Our idea is to use the disk as temporarily storage of the matrix in a
file with a internal binary format (`jmatrix` format). This format has a 
header of 128 bytes with information like type of matrix (full, sparse or
symmetric), data type of each element (char, short, int, long, float, double or
long double), number of rows and columns and endianness; then comes the content 
as binary data (in sparse matrices zeros are not stored; in symmetric matrices
only the lower-diagonal is stored) and finally the metadata (currently, 
names for rows/columns if needed and an optional comment).

Such files are created and loaded by functions written in C++ which are 
accessible from `R` with Rcpp (@R-Rcpp). The file, once loaded, uses strictly the
needed memory for its data type and can be processed by other C++ functions
(like the PAM algorithm or any other numeric library written in C++) also
from inside `R`.

The matrix contained in a binary data file in `jmatrix` format cannot be 
loaded directly in `R` memory as a `R` matrix (that would be impossible, 
anyway, since precisely this package is done for the cases in which such 
matrix would NOT fit into the available RAM). Nevertheless, limited access
through some functions is provided to read one or more rows or one or 
more columns as `R` vectors or matrices (obviously, coerced to double).

The package `jmatrix` must not be considered as a final, finished
software. Currently is mostly an instrumental solution to address our needs and
we make available as a separate package just in case it could be useful for
anyone else.

# Workflow

## Debug messages

First of all, the package can show quite informative (but sometimes 
verbose) messages in the console. To turn on/off such messages you can use.
```{r}
ParallelpamSetDebug(TRUE,TRUE)
# Initially, state of debug is FALSE.
```
which turns on messages related with the PAM algorithm (first TRUE) and also with the
loading/saving of the binary matrices (second TRUE)

## Data storage

As stated before, the binary matrix files should normally be created 
from C++ getting the data from an external source
like a data file in a format used in bioinformatics or a .csv file. 
These files should be read by chunks. As an example,
look at function `CsvToJMat` in package `scellpam`.

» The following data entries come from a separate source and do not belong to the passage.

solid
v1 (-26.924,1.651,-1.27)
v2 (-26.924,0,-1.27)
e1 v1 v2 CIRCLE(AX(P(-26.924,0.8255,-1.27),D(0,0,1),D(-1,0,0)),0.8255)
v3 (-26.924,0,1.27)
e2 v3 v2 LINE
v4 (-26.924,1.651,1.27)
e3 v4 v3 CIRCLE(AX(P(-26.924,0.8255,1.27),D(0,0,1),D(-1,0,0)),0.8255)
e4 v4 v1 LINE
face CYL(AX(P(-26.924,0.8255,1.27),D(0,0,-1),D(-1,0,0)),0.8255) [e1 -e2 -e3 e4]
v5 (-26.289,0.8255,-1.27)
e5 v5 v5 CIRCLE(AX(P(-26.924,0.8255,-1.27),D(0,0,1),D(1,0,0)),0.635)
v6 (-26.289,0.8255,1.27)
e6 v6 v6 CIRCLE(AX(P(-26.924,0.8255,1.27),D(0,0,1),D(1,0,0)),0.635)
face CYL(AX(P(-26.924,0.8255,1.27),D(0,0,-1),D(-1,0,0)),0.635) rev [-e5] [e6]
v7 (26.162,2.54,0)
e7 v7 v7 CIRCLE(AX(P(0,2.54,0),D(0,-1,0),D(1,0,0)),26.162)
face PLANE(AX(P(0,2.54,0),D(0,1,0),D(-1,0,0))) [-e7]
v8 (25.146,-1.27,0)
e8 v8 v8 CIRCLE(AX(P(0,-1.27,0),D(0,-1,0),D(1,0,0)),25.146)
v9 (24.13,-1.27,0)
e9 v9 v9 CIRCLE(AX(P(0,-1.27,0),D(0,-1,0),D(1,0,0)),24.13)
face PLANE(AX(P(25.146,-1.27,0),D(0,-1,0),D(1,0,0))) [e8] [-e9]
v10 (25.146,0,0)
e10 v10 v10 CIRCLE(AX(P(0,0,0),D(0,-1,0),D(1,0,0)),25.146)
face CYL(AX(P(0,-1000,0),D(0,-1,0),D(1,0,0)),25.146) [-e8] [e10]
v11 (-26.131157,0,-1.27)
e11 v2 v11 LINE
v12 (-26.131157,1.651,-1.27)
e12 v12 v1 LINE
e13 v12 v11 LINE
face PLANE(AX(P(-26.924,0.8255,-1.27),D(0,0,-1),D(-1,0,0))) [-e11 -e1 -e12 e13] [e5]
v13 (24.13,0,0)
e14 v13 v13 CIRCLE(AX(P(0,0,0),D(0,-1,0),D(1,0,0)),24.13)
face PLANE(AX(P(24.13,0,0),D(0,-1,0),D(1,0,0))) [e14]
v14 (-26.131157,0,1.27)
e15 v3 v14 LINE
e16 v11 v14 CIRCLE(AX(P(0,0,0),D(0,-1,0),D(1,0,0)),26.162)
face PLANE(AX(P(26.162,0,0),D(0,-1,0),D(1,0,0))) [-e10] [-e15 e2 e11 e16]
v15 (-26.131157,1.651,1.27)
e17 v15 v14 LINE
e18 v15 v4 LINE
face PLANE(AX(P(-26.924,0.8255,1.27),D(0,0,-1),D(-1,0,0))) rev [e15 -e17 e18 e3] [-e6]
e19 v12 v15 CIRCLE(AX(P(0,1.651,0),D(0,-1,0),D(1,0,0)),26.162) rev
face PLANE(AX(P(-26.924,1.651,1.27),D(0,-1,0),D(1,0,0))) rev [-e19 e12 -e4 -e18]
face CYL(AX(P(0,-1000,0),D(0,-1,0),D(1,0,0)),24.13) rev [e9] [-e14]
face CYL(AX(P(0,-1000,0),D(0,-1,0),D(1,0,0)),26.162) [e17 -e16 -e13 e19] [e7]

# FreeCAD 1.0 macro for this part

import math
import FreeCAD as App
import Part
import Sketcher
Q = App.Units.Quantity

doc = App.newDocument("Part")
body = doc.addObject("PartDesign::Body", "Body")

# Sketch on XY plane
sketch1 = doc.addObject("Sketcher::SketchObject", "Sketch")
body.addObject(sketch1)
sketch1.AttachmentSupport = (doc.XY_Plane, [""])
sketch1.MapMode = "FlatFace"
sketch1.addGeometry(Part.LineSegment(App.Vector(0, 2.5, 0), App.Vector(0, 0, 0)), False)
sketch1.addGeometry(Part.LineSegment(App.Vector(0, 0, 0), App.Vector(24.1, 0, 0)), False)
sketch1.addGeometry(Part.LineSegment(App.Vector(24.1, 0, 0), App.Vector(24.1, -1.3, 0)), False)
sketch1.addGeometry(Part.LineSegment(App.Vector(24.1, -1.3, 0), App.Vector(25.1, -1.3, 0)), False)
sketch1.addGeometry(Part.LineSegment(App.Vector(25.1, -1.3, 0), App.Vector(25.1, 0, 0)), False)
sketch1.addGeometry(Part.LineSegment(App.Vector(25.1, 0, 0), App.Vector(26.2, 0, 0)), False)
sketch1.addGeometry(Part.LineSegment(App.Vector(26.2, 0, 0), App.Vector(26.2, 2.5, 0)), False)
sketch1.addGeometry(Part.LineSegment(App.Vector(26.2, 2.5, 0), App.Vector(0, 2.5, 0)), False)
sketch1.addConstraint(Sketcher.Constraint("Coincident", 0, 2, 1, 1))
sketch1.addConstraint(Sketcher.Constraint("Coincident", 1, 2, 2, 1))
sketch1.addConstraint(Sketcher.Constraint("Coincident", 2, 2, 3, 1))
sketch1.addConstraint(Sketcher.Constraint("Coincident", 3, 2, 4, 1))
sketch1.addConstraint(Sketcher.Constraint("Coincident", 4, 2, 5, 1))
sketch1.addConstraint(Sketcher.Constraint("Coincident", 5, 2, 6, 1))
sketch1.addConstraint(Sketcher.Constraint("Coincident", 6, 2, 7, 1))
sketch1.addConstraint(Sketcher.Constraint("Coincident", 7, 2, 0, 1))
sketch1.addConstraint(Sketcher.Constraint("Vertical", 0))
sketch1.addConstraint(Sketcher.Constraint("Horizontal", 1))
sketch1.addConstraint(Sketcher.Constraint("Vertical", 2))
sketch1.addConstraint(Sketcher.Constraint("Horizontal", 3))
sketch1.addConstraint(Sketcher.Constraint("Vertical", 4))
sketch1.addConstraint(Sketcher.Constraint("Horizontal", 5))
sketch1.addConstraint(Sketcher.Constraint("Vertical", 6))
sketch1.addConstraint(Sketcher.Constraint("Horizontal", 7))
sketch1.addConstraint(Sketcher.Constraint("Coincident", 0, 2, -1, 1))
sketch1.addConstraint(Sketcher.Constraint("PointOnObject", 4, 2, -1))
sketch1.addConstraint(Sketcher.Constraint("Equal", 3, 5))
sketch1.addConstraint(Sketcher.Constraint("DistanceY", 0, 2, 0, 1, Q("0.1 in")))
sketch1.addConstraint(Sketcher.Constraint("DistanceX", 1, 1, 1, 2, Q("0.95 in")))
sketch1.addConstraint(Sketcher.Constraint("DistanceX", 3, 1, 3, 2, Q("0.04 in")))
sketch1.addConstraint(Sketcher.Constraint("DistanceY", 2, 2, 2, 1, Q("0.05 in")))
revolution = doc.addObject("PartDesign::Revolution", "Revolution")
body.addObject(revolution)
revolution.Profile = sketch1
revolution.ReferenceAxis = (sketch1, ["V_Axis"])
revolution.Angle = 360

# Sketch on XY plane
sketch2 = doc.addObject("Sketcher::SketchObject", "Sketch001")
body.addObject(sketch2)
sketch2.AttachmentSupport = (doc.XY_Plane, [""])
sketch2.MapMode = "FlatFace"
sketch2.addGeometry(Part.LineSegment(App.Vector(-25.4, 0, 0), App.Vector(-25.4, 1.7, 0)), False)
sketch2.addGeometry(Part.LineSegment(App.Vector(-25.4, 1.7, 0), App.Vector(-26.9, 1.7, 0)), False)
sketch2.addGeometry(Part.ArcOfCircle(Part.Circle(App.Vector(-26.9, 0.8, 0), App.Vector(0, 0, 1), 0.8), math.radians(90), math.radians(270)), False)
sketch2.addGeometry(Part.LineSegment(App.Vector(-26.9, 0, 0), App.Vector(-25.4, 0, 0)), False)
sketch2.addGeometry(Part.Circle(App.Vector(-26.9, 0.8, 0), App.Vector(0, 0, 1), 0.6), False)
sketch2.addConstraint(Sketcher.Constraint("Coincident", 0, 2, 1, 1))
sketch2.addConstraint(Sketcher.Constraint("Tangent", 1, 2, 2, 1))
sketch2.addConstraint(Sketcher.Constraint("Tangent", 2, 2, 3, 1))
sketch2.addConstraint(Sketcher.Constraint("Coincident", 3, 2, 0, 1))
sketch2.addConstraint(Sketcher.Constraint("Vertical", 0))
sketch2.addConstraint(Sketcher.Constraint("Horizontal", 1))
sketch2.addConstraint(Sketcher.Constraint("Horizontal", 3))
sketch2.addConstraint(Sketcher.Constraint("Coincident", 4, 3, 2, 3))
sketch2.addConstraint(Sketcher.Constraint("PointOnObject", 2, 2, -1))
sketch2.addConstraint(Sketcher.Constraint("Diameter", 4, Q("0.05 in")))
sketch2.addConstraint(Sketcher.Constraint("DistanceX", 0, 2, -1, 1, Q("1 in")))
sketch2.addConstraint(Sketcher.Constraint("DistanceX", 1, 2, 1, 1, Q("0.06 in")))
sketch2.addConstraint(Sketcher.Constraint("Radius", 2, Q("0.0325 in")))
pad1 = doc.addObject("PartDesign::Pad", "Pad")
body.addObject(pad1)
pad1.Profile = sketch2
pad1.Length = Q("0.1 in")
pad1.Midplane = True

doc.recompute()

As a convenience and only for testing purposes (to be used in this vignette), 
we provide the function `JWriteBin` to write a
R matrix as a `jmatrix` file.
```{r}
# Create a 6x8 matrix of random values
Rf <- matrix(runif(48),nrow=6)
# Set row and column names for it
rownames(Rf) <- c("A","B","C","D","E","F")
colnames(Rf) <- c("a","b","c","d","e","f","g","h")
# Let's see the matrix
Rf
# and write it as the binary file Rfullfloat.bin
JWriteBin(Rf,"Rfullfloat.bin",dtype="float",dmtype="full",
          comment="Full matrix of floats")
# Also, you can write it with double data type:
JWriteBin(Rf,"Rfulldouble.bin",dtype="double",dmtype="full",
          comment="Full matrix of doubles")
```

To get information about the stored file the function `JMatInfo` is provided.
Of course, this funcion does not read the
complete file in memory but just the header.
```{r}
# Information about the float binary file
JMatInfo("Rfullfloat.bin")
# Same information about the double binary file
JMatInfo("Rfulldouble.bin")
```

A jmatrix binary file can be exported to .csv/.tsv table. This is done with
the function `JMatToCsv`
```{r}
# Create a 6x8 matrix of random values
Rf <- matrix(runif(48),nrow=6)
# Set row and column names for it
rownames(Rf) <- c("A","B","C","D","E","F")
colnames(Rf) <- c("a","b","c","d","e","f","g","h")
# Store it as the binary file Rfullfloat.bin
JWriteBin(Rf,"Rfullfloat.bin",dtype="float",dmtype="full",
          comment="Full matrix of floats")
# Save the content of this .bin as a .csv file
JMatToCsv("Rfullfloat.bin","Rfullfloat.csv",csep=",",withquotes=FALSE)
```
The generated file will not have quotes neither around the column names (in its first line)
nor around each row name (at the beginning of each line) since withquotes is FALSE but it
can be set to TRUE for the opposite behavior. Also, a .tsv (tabulator separated values)
would have been generated using csep="\\t".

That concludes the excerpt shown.